■ EXERCISE OBJECTIVE: For the listing below, return the line containing "v -1.1 1.02 3", the line containing "v 22.548 1.396 3", and all lines in between, exactly as written and nothing else.

■ SUPPLIED RECORDS:
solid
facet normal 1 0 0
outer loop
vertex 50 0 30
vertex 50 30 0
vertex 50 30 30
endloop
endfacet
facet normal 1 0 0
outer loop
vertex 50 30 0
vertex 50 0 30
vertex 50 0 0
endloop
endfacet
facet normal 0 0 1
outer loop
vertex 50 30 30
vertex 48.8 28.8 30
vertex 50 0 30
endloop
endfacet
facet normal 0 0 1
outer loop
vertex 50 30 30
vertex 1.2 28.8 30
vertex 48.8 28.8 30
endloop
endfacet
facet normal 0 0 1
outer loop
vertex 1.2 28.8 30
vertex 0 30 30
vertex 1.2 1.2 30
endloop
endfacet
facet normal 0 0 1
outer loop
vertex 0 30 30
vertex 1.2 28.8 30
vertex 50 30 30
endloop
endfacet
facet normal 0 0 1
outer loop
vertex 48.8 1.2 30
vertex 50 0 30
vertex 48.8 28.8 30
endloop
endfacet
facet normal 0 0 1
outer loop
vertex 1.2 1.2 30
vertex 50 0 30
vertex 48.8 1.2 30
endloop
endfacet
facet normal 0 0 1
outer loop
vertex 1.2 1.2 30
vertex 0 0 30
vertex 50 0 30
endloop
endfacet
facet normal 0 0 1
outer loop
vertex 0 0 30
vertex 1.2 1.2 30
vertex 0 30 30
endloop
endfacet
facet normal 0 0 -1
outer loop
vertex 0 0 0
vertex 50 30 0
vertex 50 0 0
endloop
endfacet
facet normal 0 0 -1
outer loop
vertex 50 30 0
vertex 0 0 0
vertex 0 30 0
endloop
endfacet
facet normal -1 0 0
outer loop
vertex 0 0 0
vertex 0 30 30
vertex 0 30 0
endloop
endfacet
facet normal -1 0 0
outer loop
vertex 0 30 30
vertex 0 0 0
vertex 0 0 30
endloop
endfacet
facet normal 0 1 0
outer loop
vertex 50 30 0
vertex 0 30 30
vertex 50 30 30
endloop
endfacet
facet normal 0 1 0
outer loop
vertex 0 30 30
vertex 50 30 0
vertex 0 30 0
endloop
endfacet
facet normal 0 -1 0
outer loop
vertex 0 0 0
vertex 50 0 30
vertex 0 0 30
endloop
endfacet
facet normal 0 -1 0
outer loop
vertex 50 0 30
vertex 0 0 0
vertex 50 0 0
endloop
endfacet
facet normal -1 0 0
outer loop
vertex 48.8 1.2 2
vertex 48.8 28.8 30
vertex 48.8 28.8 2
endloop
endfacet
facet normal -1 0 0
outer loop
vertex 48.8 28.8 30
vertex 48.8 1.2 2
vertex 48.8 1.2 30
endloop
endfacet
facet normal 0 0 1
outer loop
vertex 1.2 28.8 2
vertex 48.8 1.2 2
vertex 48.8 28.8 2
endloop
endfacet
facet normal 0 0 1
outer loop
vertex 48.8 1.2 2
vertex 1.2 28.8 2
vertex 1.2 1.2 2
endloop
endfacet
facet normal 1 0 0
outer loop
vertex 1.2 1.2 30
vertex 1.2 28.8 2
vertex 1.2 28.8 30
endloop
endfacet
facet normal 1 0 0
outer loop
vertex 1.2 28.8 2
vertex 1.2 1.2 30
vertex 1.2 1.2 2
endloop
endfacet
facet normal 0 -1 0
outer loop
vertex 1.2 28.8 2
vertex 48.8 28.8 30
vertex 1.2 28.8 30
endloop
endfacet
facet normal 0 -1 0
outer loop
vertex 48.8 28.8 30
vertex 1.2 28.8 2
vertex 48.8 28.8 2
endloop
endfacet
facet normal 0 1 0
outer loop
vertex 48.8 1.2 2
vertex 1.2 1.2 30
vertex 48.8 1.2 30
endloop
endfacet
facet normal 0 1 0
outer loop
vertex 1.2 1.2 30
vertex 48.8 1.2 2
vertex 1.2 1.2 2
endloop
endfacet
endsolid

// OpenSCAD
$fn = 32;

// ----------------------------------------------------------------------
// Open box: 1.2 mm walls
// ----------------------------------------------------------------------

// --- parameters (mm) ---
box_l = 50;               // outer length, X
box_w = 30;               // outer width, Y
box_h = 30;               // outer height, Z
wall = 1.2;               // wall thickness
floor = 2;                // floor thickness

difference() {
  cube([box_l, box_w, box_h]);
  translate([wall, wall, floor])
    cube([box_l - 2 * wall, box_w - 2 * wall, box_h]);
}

* * *

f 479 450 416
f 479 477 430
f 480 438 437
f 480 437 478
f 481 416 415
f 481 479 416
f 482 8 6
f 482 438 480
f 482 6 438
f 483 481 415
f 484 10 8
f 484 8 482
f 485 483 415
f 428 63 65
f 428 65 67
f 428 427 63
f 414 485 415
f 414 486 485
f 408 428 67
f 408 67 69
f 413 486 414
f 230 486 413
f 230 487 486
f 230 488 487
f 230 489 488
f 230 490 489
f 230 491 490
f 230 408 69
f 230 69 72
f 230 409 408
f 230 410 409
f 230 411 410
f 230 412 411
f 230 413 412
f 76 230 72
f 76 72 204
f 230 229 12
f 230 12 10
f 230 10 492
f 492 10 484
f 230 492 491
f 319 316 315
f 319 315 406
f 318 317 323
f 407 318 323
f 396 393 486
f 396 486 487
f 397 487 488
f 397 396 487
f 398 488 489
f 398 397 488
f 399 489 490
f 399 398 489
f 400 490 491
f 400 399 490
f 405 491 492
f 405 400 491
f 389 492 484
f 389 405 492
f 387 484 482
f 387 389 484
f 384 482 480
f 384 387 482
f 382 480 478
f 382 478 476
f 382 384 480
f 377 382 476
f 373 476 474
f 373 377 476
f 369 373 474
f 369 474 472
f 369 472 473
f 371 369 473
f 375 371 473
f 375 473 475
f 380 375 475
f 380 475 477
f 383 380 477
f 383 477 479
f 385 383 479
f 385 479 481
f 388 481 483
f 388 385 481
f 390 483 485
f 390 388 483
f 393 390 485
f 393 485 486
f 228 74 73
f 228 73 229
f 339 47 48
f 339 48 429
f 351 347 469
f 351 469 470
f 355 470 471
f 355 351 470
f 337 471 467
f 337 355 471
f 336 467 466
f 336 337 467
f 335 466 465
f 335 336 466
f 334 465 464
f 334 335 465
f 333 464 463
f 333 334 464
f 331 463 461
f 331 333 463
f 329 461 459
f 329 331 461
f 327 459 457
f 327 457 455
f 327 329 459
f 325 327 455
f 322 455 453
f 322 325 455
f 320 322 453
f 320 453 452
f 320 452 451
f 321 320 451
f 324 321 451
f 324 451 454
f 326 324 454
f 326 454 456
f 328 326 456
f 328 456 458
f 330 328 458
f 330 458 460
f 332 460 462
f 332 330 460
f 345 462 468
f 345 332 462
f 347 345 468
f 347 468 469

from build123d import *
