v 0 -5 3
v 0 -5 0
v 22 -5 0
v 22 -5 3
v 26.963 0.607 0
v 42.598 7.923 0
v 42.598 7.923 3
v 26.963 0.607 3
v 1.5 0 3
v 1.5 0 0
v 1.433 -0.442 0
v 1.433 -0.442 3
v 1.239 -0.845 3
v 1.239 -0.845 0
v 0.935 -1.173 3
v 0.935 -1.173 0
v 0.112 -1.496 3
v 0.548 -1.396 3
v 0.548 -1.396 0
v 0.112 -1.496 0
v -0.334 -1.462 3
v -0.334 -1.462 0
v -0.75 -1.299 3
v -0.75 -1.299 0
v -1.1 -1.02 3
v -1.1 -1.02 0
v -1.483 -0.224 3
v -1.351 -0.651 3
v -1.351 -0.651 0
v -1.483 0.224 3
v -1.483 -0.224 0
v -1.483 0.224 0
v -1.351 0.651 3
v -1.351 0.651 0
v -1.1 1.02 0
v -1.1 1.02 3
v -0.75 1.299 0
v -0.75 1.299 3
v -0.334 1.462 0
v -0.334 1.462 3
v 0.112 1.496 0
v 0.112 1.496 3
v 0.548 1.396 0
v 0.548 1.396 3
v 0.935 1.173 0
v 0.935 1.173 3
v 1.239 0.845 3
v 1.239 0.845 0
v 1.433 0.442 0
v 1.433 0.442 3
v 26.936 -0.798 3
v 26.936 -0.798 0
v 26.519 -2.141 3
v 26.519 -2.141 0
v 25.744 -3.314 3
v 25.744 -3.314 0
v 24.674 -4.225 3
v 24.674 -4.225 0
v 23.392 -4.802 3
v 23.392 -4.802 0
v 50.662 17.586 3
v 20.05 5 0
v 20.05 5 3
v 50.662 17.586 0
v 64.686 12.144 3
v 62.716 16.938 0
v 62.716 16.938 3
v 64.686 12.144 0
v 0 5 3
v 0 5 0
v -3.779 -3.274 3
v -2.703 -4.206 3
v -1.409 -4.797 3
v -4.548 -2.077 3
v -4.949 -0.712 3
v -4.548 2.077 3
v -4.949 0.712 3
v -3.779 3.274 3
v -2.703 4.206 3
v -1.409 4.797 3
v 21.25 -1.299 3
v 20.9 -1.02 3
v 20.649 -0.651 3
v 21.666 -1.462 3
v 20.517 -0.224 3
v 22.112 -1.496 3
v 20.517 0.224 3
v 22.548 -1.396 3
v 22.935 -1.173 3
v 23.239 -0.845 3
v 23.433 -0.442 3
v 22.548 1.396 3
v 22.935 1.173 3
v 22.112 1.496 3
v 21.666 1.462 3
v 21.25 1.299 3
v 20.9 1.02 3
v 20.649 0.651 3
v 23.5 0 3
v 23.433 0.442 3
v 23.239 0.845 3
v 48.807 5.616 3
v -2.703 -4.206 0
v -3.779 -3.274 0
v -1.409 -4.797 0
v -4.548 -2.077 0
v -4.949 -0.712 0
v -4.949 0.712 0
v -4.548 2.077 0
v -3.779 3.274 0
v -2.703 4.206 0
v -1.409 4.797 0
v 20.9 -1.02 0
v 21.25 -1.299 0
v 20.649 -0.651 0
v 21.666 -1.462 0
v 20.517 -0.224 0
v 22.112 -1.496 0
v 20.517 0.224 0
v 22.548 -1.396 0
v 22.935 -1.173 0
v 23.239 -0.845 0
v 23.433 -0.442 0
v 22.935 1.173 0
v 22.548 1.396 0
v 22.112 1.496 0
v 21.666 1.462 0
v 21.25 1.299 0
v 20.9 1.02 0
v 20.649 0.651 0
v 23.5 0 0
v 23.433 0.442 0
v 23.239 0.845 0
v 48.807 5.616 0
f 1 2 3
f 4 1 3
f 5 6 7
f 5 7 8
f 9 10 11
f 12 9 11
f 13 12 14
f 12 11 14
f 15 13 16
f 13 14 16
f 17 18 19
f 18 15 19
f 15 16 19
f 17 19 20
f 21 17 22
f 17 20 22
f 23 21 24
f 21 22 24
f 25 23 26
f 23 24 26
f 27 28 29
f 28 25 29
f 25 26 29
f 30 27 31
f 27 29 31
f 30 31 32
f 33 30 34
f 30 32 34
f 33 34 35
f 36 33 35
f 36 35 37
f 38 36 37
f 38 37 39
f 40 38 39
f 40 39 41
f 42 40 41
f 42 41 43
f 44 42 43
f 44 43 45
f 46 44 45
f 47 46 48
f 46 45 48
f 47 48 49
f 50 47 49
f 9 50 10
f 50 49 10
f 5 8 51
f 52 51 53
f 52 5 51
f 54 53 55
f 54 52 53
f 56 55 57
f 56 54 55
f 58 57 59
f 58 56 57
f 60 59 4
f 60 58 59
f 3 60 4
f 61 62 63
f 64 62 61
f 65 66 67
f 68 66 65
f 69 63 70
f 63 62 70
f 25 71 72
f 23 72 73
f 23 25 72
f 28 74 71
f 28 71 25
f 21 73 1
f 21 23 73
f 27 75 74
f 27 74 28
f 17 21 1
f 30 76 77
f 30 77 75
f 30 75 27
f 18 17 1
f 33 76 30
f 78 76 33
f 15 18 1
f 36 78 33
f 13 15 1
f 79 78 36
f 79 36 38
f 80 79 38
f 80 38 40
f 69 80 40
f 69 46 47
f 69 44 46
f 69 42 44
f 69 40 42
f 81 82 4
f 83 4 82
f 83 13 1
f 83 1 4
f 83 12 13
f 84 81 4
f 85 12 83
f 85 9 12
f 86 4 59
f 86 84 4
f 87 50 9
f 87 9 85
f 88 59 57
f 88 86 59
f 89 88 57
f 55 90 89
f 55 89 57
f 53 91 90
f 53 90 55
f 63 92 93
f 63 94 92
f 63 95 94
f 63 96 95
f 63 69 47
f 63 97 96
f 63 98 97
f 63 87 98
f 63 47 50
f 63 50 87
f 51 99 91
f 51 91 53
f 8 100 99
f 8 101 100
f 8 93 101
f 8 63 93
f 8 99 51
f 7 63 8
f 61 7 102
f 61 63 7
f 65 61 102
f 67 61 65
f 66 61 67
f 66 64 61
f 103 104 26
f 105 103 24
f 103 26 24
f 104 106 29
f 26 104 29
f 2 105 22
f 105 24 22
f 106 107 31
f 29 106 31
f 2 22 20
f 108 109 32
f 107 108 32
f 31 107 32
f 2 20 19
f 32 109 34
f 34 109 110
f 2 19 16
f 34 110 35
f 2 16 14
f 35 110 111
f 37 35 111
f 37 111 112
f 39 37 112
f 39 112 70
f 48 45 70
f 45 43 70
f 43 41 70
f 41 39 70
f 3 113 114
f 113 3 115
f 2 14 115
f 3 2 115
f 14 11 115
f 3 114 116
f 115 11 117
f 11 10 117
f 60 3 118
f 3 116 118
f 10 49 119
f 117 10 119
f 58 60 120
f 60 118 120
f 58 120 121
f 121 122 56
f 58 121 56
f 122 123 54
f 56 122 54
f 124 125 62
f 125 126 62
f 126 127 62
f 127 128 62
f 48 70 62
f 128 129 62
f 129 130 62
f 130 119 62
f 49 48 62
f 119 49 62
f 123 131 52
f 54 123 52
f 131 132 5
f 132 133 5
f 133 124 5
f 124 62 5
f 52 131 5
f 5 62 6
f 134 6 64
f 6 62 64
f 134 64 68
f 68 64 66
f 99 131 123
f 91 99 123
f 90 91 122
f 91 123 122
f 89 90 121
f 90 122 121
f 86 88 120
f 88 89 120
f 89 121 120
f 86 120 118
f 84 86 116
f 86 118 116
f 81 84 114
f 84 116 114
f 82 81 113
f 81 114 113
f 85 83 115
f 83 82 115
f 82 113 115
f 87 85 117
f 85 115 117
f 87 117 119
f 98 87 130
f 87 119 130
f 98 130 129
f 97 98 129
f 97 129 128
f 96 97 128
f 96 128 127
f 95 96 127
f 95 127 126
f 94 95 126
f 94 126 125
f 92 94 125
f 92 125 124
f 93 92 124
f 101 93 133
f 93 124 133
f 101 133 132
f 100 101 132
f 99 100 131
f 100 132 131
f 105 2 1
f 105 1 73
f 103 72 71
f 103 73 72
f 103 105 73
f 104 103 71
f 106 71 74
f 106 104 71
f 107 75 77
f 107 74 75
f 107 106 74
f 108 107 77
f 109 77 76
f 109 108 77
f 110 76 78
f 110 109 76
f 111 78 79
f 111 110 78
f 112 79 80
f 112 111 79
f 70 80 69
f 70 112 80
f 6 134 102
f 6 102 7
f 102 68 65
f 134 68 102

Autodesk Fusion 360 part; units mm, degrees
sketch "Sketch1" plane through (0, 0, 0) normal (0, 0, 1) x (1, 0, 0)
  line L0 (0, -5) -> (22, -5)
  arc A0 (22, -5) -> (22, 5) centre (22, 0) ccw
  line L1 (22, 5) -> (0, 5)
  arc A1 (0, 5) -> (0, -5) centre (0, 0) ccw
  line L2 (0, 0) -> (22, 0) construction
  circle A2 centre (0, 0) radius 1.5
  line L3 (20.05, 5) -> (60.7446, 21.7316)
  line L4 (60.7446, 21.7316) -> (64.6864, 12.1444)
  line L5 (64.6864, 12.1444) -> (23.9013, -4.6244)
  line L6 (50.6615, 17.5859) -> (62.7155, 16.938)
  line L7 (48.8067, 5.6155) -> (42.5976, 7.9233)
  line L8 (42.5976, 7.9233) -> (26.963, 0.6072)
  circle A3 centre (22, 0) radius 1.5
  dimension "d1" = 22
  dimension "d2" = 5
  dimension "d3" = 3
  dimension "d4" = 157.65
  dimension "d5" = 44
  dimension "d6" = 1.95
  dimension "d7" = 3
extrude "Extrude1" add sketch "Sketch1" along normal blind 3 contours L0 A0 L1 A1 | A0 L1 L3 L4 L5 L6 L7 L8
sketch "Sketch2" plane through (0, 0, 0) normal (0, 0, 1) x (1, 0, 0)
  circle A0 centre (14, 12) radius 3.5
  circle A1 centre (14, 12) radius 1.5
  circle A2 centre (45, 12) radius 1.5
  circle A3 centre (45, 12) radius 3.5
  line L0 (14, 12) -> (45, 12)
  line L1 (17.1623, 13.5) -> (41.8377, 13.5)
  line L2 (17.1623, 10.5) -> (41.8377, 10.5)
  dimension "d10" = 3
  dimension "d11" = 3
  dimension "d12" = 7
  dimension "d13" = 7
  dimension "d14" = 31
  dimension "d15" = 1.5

■ RESPONSE TO THE TASK:
v -1.1 1.02 3
v -0.75 1.299 0
v -0.75 1.299 3
v -0.334 1.462 0
v -0.334 1.462 3
v 0.112 1.496 0
v 0.112 1.496 3
v 0.548 1.396 0
v 0.548 1.396 3
v 0.935 1.173 0
v 0.935 1.173 3
v 1.239 0.845 3
v 1.239 0.845 0
v 1.433 0.442 0
v 1.433 0.442 3
v 26.936 -0.798 3
v 26.936 -0.798 0
v 26.519 -2.141 3
v 26.519 -2.141 0
v 25.744 -3.314 3
v 25.744 -3.314 0
v 24.674 -4.225 3
v 24.674 -4.225 0
v 23.392 -4.802 3
v 23.392 -4.802 0
v 50.662 17.586 3
v 20.05 5 0
v 20.05 5 3
v 50.662 17.586 0
v 64.686 12.144 3
v 62.716 16.938 0
v 62.716 16.938 3
v 64.686 12.144 0
v 0 5 3
v 0 5 0
v -3.779 -3.274 3
v -2.703 -4.206 3
v -1.409 -4.797 3
v -4.548 -2.077 3
v -4.949 -0.712 3
v -4.548 2.077 3
v -4.949 0.712 3
v -3.779 3.274 3
v -2.703 4.206 3
v -1.409 4.797 3
v 21.25 -1.299 3
v 20.9 -1.02 3
v 20.649 -0.651 3
v 21.666 -1.462 3
v 20.517 -0.224 3
v 22.112 -1.496 3
v 20.517 0.224 3
v 22.548 -1.396 3
v 22.935 -1.173 3
v 23.239 -0.845 3
v 23.433 -0.442 3
v 22.548 1.396 3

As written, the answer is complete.